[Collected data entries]
*** Begin section ***

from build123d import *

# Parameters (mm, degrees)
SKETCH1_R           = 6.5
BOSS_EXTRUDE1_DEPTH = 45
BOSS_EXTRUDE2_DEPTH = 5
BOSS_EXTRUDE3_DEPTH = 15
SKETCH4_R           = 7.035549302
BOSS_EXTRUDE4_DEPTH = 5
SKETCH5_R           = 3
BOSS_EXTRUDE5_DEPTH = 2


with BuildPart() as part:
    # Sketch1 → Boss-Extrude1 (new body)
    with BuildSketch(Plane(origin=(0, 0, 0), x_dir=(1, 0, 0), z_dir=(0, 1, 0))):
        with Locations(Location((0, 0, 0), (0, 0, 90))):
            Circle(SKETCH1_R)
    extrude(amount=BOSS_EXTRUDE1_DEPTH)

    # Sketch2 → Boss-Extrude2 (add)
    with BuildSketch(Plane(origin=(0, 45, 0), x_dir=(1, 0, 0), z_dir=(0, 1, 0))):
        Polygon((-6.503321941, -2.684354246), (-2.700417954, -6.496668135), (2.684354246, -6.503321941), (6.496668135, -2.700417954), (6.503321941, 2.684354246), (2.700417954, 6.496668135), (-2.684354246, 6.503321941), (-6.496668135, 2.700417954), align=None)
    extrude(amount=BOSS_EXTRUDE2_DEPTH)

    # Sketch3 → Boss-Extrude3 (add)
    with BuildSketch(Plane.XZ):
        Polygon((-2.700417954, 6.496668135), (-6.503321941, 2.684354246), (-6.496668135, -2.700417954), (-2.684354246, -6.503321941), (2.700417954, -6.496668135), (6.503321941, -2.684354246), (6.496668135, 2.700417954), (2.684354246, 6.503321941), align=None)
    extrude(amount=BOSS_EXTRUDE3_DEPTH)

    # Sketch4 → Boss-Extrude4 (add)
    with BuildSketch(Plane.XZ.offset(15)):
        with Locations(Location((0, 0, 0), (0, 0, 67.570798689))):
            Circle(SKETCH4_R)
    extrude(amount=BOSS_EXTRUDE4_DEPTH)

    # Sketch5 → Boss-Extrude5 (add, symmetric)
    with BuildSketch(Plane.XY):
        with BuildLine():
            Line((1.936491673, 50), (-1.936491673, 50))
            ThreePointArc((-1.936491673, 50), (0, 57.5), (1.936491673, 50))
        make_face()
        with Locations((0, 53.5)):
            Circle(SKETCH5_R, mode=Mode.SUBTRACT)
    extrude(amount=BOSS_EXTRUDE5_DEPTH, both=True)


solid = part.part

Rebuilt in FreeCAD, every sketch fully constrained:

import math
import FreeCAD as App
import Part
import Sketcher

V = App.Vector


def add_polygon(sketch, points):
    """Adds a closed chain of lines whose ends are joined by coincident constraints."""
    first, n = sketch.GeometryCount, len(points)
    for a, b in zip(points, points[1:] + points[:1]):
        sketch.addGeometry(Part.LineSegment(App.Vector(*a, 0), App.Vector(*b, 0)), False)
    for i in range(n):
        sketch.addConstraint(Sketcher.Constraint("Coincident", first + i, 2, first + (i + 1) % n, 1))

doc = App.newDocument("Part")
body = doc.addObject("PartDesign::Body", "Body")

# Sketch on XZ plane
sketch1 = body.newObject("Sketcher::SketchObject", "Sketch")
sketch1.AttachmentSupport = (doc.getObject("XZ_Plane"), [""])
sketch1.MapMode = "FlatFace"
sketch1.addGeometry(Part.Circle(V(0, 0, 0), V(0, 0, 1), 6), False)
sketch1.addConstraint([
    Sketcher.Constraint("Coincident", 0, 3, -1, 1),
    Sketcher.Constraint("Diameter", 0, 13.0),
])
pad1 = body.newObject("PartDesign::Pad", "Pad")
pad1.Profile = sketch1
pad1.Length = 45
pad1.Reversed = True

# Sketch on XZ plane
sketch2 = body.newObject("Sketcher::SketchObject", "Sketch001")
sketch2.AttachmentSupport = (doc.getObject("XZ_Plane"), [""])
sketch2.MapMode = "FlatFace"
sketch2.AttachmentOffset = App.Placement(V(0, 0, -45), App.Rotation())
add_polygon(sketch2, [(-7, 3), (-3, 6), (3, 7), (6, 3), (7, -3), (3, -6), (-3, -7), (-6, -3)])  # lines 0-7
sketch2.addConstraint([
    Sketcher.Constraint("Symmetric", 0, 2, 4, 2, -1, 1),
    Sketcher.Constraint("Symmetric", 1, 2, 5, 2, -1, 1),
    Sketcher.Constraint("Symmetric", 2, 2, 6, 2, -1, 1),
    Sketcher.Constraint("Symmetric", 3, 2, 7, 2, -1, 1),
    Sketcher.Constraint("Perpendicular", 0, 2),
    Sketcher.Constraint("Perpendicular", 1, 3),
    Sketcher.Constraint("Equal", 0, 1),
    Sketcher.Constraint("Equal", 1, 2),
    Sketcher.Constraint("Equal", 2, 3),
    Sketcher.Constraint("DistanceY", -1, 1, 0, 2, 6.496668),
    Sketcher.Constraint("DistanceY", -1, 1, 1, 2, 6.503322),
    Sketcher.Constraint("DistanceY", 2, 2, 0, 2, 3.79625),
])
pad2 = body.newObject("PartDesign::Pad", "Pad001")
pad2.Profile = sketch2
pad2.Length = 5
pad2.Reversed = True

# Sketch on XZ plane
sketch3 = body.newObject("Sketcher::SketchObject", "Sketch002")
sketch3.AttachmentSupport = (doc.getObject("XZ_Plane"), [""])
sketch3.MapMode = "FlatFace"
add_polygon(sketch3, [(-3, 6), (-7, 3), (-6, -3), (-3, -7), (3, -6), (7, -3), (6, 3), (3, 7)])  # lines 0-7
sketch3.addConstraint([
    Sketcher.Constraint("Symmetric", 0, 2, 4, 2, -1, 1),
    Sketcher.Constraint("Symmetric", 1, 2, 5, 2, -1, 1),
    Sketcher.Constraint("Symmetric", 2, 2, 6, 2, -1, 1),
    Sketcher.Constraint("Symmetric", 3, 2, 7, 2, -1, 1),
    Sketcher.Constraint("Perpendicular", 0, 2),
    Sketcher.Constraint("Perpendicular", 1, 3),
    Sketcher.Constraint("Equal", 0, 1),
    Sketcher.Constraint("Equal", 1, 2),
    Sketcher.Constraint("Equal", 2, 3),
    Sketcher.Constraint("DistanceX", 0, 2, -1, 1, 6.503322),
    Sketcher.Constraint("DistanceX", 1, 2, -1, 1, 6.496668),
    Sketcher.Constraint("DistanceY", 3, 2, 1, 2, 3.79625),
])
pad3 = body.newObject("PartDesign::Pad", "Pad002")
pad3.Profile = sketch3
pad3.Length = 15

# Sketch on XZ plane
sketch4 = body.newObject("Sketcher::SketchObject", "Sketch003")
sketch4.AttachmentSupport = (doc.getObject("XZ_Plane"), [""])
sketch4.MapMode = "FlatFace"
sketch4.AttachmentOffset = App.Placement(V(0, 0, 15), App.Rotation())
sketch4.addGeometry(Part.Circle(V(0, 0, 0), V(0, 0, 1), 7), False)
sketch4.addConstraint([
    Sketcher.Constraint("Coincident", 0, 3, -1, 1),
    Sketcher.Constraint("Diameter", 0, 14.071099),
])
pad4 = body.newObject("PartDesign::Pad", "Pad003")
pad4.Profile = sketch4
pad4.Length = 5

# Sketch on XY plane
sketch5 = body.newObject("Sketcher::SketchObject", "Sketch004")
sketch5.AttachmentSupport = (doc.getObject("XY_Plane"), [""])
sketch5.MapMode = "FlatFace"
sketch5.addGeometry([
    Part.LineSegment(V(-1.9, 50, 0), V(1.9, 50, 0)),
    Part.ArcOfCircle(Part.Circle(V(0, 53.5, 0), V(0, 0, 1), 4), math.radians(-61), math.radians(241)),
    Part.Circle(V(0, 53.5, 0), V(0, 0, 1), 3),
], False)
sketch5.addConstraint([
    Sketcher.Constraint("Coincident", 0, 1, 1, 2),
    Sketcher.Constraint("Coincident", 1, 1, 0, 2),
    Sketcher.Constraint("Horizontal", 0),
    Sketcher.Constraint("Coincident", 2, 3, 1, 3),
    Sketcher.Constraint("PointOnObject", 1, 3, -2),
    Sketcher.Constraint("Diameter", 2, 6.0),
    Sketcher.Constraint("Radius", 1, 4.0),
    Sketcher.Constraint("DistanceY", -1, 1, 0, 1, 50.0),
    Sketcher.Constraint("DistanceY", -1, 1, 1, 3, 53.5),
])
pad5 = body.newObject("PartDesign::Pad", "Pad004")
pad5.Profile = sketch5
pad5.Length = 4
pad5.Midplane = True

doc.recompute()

*** End section ***

» Instructions for the task: Copy range, inclusive: the line holding "(2.684354246, 6.503321941), align=None)" to the line holding "Rebuilt in FreeCAD, every". Reproduce exactly those lines of the records above and no others.

» Answer below:
        Polygon((-2.700417954, 6.496668135), (-6.503321941, 2.684354246), (-6.496668135, -2.700417954), (-2.684354246, -6.503321941), (2.700417954, -6.496668135), (6.503321941, -2.684354246), (6.496668135, 2.700417954), (2.684354246, 6.503321941), align=None)
    extrude(amount=BOSS_EXTRUDE3_DEPTH)

    # Sketch4 → Boss-Extrude4 (add)
    with BuildSketch(Plane.XZ.offset(15)):
        with Locations(Location((0, 0, 0), (0, 0, 67.570798689))):
            Circle(SKETCH4_R)
    extrude(amount=BOSS_EXTRUDE4_DEPTH)

    # Sketch5 → Boss-Extrude5 (add, symmetric)
    with BuildSketch(Plane.XY):
        with BuildLine():
            Line((1.936491673, 50), (-1.936491673, 50))
            ThreePointArc((-1.936491673, 50), (0, 57.5), (1.936491673, 50))
        make_face()
        with Locations((0, 53.5)):
            Circle(SKETCH5_R, mode=Mode.SUBTRACT)
    extrude(amount=BOSS_EXTRUDE5_DEPTH, both=True)


solid = part.part

Rebuilt in FreeCAD, every sketch fully constrained:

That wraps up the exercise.